• **EXERCISE MATERIAL**

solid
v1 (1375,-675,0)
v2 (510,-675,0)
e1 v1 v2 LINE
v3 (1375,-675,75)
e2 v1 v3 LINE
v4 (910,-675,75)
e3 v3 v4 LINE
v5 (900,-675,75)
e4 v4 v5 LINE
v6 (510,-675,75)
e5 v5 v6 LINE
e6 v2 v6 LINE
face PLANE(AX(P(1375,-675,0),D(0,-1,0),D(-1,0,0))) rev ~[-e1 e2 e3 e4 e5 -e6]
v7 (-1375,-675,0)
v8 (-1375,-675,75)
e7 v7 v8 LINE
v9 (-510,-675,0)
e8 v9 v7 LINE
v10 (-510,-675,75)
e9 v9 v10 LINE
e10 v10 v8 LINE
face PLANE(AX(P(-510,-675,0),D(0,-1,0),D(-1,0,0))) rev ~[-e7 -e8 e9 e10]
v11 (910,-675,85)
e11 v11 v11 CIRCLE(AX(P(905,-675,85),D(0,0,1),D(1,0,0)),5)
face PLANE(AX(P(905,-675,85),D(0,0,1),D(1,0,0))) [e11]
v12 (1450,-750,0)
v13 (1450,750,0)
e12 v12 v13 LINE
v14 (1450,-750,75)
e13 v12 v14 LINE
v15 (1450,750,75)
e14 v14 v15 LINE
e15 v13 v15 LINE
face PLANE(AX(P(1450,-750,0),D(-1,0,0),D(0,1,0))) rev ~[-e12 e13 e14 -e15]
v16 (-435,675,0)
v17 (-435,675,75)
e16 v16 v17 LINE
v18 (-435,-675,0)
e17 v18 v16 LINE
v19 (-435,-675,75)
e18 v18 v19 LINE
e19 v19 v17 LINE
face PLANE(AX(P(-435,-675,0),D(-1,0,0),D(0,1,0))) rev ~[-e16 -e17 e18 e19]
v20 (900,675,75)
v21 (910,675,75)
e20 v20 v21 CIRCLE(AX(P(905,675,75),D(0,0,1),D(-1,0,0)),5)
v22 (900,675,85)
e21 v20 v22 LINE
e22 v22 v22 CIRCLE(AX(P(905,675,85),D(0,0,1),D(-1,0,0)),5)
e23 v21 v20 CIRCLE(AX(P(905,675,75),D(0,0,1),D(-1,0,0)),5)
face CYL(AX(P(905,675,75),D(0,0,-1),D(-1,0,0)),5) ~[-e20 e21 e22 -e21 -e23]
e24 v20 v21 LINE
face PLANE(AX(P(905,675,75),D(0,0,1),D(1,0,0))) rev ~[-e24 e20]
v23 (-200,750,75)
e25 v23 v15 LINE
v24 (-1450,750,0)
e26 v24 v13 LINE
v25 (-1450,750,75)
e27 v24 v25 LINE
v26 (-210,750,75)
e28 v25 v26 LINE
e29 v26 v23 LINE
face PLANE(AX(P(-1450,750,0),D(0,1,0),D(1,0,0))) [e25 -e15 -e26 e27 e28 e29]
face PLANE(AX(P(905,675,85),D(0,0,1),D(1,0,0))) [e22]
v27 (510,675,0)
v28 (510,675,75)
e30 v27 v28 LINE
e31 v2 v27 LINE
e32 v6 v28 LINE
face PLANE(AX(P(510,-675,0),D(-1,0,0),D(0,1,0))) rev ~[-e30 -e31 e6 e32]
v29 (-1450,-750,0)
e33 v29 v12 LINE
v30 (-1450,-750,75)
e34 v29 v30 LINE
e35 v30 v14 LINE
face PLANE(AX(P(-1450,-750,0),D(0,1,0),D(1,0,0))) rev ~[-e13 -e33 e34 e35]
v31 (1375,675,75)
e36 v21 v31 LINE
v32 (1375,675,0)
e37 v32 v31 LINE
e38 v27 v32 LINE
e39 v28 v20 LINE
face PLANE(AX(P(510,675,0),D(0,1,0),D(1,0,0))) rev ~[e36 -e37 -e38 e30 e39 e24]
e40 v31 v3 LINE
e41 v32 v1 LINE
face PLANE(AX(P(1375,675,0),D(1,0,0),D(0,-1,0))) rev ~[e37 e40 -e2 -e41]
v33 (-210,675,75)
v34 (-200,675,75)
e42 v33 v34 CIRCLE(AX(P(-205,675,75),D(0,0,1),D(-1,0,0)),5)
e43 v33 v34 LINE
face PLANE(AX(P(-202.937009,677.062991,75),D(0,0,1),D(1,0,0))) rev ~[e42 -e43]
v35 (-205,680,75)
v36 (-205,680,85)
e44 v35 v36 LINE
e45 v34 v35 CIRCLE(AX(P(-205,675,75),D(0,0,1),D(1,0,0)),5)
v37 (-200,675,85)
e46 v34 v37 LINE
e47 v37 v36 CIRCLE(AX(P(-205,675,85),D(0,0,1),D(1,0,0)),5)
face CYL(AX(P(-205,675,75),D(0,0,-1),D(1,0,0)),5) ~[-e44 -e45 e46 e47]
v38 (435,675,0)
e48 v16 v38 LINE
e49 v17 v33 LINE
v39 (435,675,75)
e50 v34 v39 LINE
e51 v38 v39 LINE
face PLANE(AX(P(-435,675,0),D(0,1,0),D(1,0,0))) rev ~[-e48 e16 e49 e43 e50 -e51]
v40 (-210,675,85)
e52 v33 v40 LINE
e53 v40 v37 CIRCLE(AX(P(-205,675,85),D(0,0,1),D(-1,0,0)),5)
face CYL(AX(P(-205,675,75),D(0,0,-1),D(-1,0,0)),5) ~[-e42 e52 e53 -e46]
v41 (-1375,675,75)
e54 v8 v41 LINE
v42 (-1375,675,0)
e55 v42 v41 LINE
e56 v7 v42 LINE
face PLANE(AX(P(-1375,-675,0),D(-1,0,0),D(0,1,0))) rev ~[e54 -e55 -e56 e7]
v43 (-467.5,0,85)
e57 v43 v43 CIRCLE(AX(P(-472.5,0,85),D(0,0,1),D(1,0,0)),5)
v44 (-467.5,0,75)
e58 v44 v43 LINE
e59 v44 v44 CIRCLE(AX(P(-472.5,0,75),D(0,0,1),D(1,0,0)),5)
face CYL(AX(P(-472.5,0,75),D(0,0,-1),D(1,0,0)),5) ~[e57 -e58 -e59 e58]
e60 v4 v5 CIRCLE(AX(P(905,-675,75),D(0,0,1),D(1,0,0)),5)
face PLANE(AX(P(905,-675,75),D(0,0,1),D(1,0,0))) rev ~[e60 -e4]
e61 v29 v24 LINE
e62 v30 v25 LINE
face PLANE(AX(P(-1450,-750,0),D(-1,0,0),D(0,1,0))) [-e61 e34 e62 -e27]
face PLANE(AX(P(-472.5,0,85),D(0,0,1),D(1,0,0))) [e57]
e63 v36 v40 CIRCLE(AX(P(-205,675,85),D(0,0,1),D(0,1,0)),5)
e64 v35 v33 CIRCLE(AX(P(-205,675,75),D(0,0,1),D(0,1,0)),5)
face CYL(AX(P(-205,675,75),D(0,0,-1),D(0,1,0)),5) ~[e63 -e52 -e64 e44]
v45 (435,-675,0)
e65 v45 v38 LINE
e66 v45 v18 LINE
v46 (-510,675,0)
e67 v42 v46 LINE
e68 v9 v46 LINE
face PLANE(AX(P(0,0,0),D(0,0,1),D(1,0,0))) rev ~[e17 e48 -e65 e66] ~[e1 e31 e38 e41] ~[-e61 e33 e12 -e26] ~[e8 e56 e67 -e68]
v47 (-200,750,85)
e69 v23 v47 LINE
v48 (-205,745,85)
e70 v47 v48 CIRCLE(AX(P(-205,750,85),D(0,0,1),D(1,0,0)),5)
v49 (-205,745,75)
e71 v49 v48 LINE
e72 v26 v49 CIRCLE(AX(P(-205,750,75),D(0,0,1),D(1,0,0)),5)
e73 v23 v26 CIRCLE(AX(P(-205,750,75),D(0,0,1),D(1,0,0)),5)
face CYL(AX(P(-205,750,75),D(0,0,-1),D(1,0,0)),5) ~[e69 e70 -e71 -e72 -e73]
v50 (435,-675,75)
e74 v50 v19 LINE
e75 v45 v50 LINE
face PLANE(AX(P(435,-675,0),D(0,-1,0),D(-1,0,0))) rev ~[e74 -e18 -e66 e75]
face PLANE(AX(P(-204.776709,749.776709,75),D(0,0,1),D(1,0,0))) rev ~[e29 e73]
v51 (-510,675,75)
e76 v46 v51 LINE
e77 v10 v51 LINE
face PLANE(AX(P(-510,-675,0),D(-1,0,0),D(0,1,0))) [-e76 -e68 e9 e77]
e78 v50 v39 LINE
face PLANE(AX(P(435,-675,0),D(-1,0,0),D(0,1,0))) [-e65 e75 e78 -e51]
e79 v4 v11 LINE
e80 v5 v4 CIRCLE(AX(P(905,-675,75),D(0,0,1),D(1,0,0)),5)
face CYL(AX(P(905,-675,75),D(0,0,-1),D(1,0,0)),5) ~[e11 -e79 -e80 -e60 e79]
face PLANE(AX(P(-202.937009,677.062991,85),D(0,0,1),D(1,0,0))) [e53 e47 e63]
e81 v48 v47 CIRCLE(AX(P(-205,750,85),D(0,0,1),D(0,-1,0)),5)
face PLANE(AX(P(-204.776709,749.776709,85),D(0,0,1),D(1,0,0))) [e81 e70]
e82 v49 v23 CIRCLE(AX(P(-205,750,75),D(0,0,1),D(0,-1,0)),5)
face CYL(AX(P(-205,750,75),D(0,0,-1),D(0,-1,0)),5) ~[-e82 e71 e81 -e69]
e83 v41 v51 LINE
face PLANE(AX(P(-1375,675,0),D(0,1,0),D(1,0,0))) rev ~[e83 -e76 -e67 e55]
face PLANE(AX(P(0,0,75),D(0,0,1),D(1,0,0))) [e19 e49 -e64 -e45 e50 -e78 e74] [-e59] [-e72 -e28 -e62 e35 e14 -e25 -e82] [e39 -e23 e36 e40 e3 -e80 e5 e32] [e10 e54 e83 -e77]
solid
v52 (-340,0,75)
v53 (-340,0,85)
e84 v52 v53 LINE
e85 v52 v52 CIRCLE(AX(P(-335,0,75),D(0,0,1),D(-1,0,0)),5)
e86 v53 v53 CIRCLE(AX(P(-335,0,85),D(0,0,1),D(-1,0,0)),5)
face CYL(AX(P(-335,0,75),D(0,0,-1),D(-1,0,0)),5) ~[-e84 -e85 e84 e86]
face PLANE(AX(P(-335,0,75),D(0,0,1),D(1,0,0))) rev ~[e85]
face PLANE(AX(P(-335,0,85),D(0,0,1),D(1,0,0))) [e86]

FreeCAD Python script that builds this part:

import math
import FreeCAD as App
import Part
import Sketcher


def add_polygon(sketch, points):
    """Adds a closed chain of lines whose ends are joined by coincident constraints."""
    first, n = sketch.GeometryCount, len(points)
    for a, b in zip(points, points[1:] + points[:1]):
        sketch.addGeometry(Part.LineSegment(App.Vector(*a, 0), App.Vector(*b, 0)), False)
    for i in range(n):
        sketch.addConstraint(Sketcher.Constraint("Coincident", first + i, 2, first + (i + 1) % n, 1))

doc = App.newDocument("Part")
body = doc.addObject("PartDesign::Body", "Body")

sketch1 = body.newObject("Sketcher::SketchObject", "Sketch")
sketch1.AttachmentSupport = (doc.getObject("XY_Plane"), [""])
sketch1.MapMode = "FlatFace"
add_polygon(sketch1, [(-1450, 750), (-1450, -750), (1450, -750), (1450, 750)])
add_polygon(sketch1, [(1375, -675), (510, -675), (510, 675), (1375, 675)])
add_polygon(sketch1, [(435, -675), (-435, -675), (-435, 675), (435, 675)])
add_polygon(sketch1, [(-510, -675), (-1375, -675), (-1375, 675), (-510, 675)])
sketch1.addConstraint([
    Sketcher.Constraint("Vertical", 0),
    Sketcher.Constraint("Horizontal", 1),
    Sketcher.Constraint("Vertical", 2),
    Sketcher.Constraint("Horizontal", 3),
    Sketcher.Constraint("Horizontal", 4),
    Sketcher.Constraint("Vertical", 5),
    Sketcher.Constraint("Horizontal", 6),
    Sketcher.Constraint("Vertical", 7),
    Sketcher.Constraint("Horizontal", 8),
    Sketcher.Constraint("Vertical", 9),
    Sketcher.Constraint("Horizontal", 10),
    Sketcher.Constraint("Vertical", 11),
    Sketcher.Constraint("Horizontal", 12),
    Sketcher.Constraint("Vertical", 13),
    Sketcher.Constraint("Horizontal", 14),
    Sketcher.Constraint("Vertical", 15),
    Sketcher.Constraint("Symmetric", 0, 2, 2, 2, -1, 1),
    Sketcher.Constraint("Symmetric", 8, 2, 10, 2, -1, 1),
    Sketcher.Constraint("Symmetric", 6, 2, 12, 2, -1, 1),
    Sketcher.Constraint("Symmetric", 4, 2, 14, 2, -1, 1),
    Sketcher.Constraint("Horizontal", 7, 2, 8, 2),
    Sketcher.Constraint("Horizontal", 6, 2, 9, 2),
    Sketcher.Constraint("DistanceX", 1, 1, 1, 2, 2900.0),
    Sketcher.Constraint("DistanceX", 4, 2, 4, 1, 865.0),
    Sketcher.Constraint("DistanceX", 8, 2, 8, 1, 870.0),
    Sketcher.Constraint("DistanceY", 0, 2, 0, 1, 1500.0),
    Sketcher.Constraint("DistanceY", 5, 1, 5, 2, 1350.0),
    Sketcher.Constraint("DistanceX", -1, 1, 4, 2, 510.0),
])
pad1 = body.newObject("PartDesign::Pad", "Pad")
pad1.Profile = sketch1
pad1.Length = 75

sketch2 = body.newObject("Sketcher::SketchObject", "Sketch001")
sketch2.AttachmentSupport = (doc.getObject("XY_Plane"), [""])
sketch2.MapMode = "FlatFace"
sketch2.AttachmentOffset = App.Placement(App.Vector(0, 0, 75), App.Rotation())
sketch2.addGeometry([
    Part.Circle(App.Vector(-472, 0, 0), App.Vector(0, 0, 1), 5),
    Part.ArcOfCircle(Part.Circle(App.Vector(-205, 675, 0), App.Vector(0, 0, 1), 5), math.radians(180), math.radians(360)),
    Part.ArcOfCircle(Part.Circle(App.Vector(-205, 675, 0), App.Vector(0, 0, 1), 5), math.radians(0), math.radians(90)),
    Part.ArcOfCircle(Part.Circle(App.Vector(-205, 675, 0), App.Vector(0, 0, 1), 5), math.radians(90), math.radians(180)),
    Part.Circle(App.Vector(905, 675, 0), App.Vector(0, 0, 1), 5),
    Part.ArcOfCircle(Part.Circle(App.Vector(-205, 750, 0), App.Vector(0, 0, 1), 5), math.radians(0), math.radians(270)),
    Part.ArcOfCircle(Part.Circle(App.Vector(-205, 750, 0), App.Vector(0, 0, 1), 5), math.radians(-90), math.radians(0)),
    Part.Circle(App.Vector(905, -675, 0), App.Vector(0, 0, 1), 5),
], False)
sketch2.addConstraint([
    Sketcher.Constraint("Tangent", 1, 2, 2, 1),
    Sketcher.Constraint("Tangent", 2, 2, 3, 1),
    Sketcher.Constraint("Tangent", 3, 2, 1, 1),
    Sketcher.Constraint("Tangent", 5, 1, 6, 2),
    Sketcher.Constraint("Coincident", 6, 1, 5, 2),
    Sketcher.Constraint("Equal", 0, 1),
    Sketcher.Constraint("Equal", 3, 4),
    Sketcher.Constraint("Equal", 4, 5),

• **BRIEF**
Transcribe the entries above word for word, from the first line through the line containing "v23 (-200,750,75)", and nothing else.

• **RESULT FOR THIS TASK**
solid
v1 (1375,-675,0)
v2 (510,-675,0)
e1 v1 v2 LINE
v3 (1375,-675,75)
e2 v1 v3 LINE
v4 (910,-675,75)
e3 v3 v4 LINE
v5 (900,-675,75)
e4 v4 v5 LINE
v6 (510,-675,75)
e5 v5 v6 LINE
e6 v2 v6 LINE
face PLANE(AX(P(1375,-675,0),D(0,-1,0),D(-1,0,0))) rev ~[-e1 e2 e3 e4 e5 -e6]
v7 (-1375,-675,0)
v8 (-1375,-675,75)
e7 v7 v8 LINE
v9 (-510,-675,0)
e8 v9 v7 LINE
v10 (-510,-675,75)
e9 v9 v10 LINE
e10 v10 v8 LINE
face PLANE(AX(P(-510,-675,0),D(0,-1,0),D(-1,0,0))) rev ~[-e7 -e8 e9 e10]
v11 (910,-675,85)
e11 v11 v11 CIRCLE(AX(P(905,-675,85),D(0,0,1),D(1,0,0)),5)
face PLANE(AX(P(905,-675,85),D(0,0,1),D(1,0,0))) [e11]
v12 (1450,-750,0)
v13 (1450,750,0)
e12 v12 v13 LINE
v14 (1450,-750,75)
e13 v12 v14 LINE
v15 (1450,750,75)
e14 v14 v15 LINE
e15 v13 v15 LINE
face PLANE(AX(P(1450,-750,0),D(-1,0,0),D(0,1,0))) rev ~[-e12 e13 e14 -e15]
v16 (-435,675,0)
v17 (-435,675,75)
e16 v16 v17 LINE
v18 (-435,-675,0)
e17 v18 v16 LINE
v19 (-435,-675,75)
e18 v18 v19 LINE
e19 v19 v17 LINE
face PLANE(AX(P(-435,-675,0),D(-1,0,0),D(0,1,0))) rev ~[-e16 -e17 e18 e19]
v20 (900,675,75)
v21 (910,675,75)
e20 v20 v21 CIRCLE(AX(P(905,675,75),D(0,0,1),D(-1,0,0)),5)
v22 (900,675,85)
e21 v20 v22 LINE
e22 v22 v22 CIRCLE(AX(P(905,675,85),D(0,0,1),D(-1,0,0)),5)
e23 v21 v20 CIRCLE(AX(P(905,675,75),D(0,0,1),D(-1,0,0)),5)
face CYL(AX(P(905,675,75),D(0,0,-1),D(-1,0,0)),5) ~[-e20 e21 e22 -e21 -e23]
e24 v20 v21 LINE
face PLANE(AX(P(905,675,75),D(0,0,1),D(1,0,0))) rev ~[-e24 e20]
v23 (-200,750,75)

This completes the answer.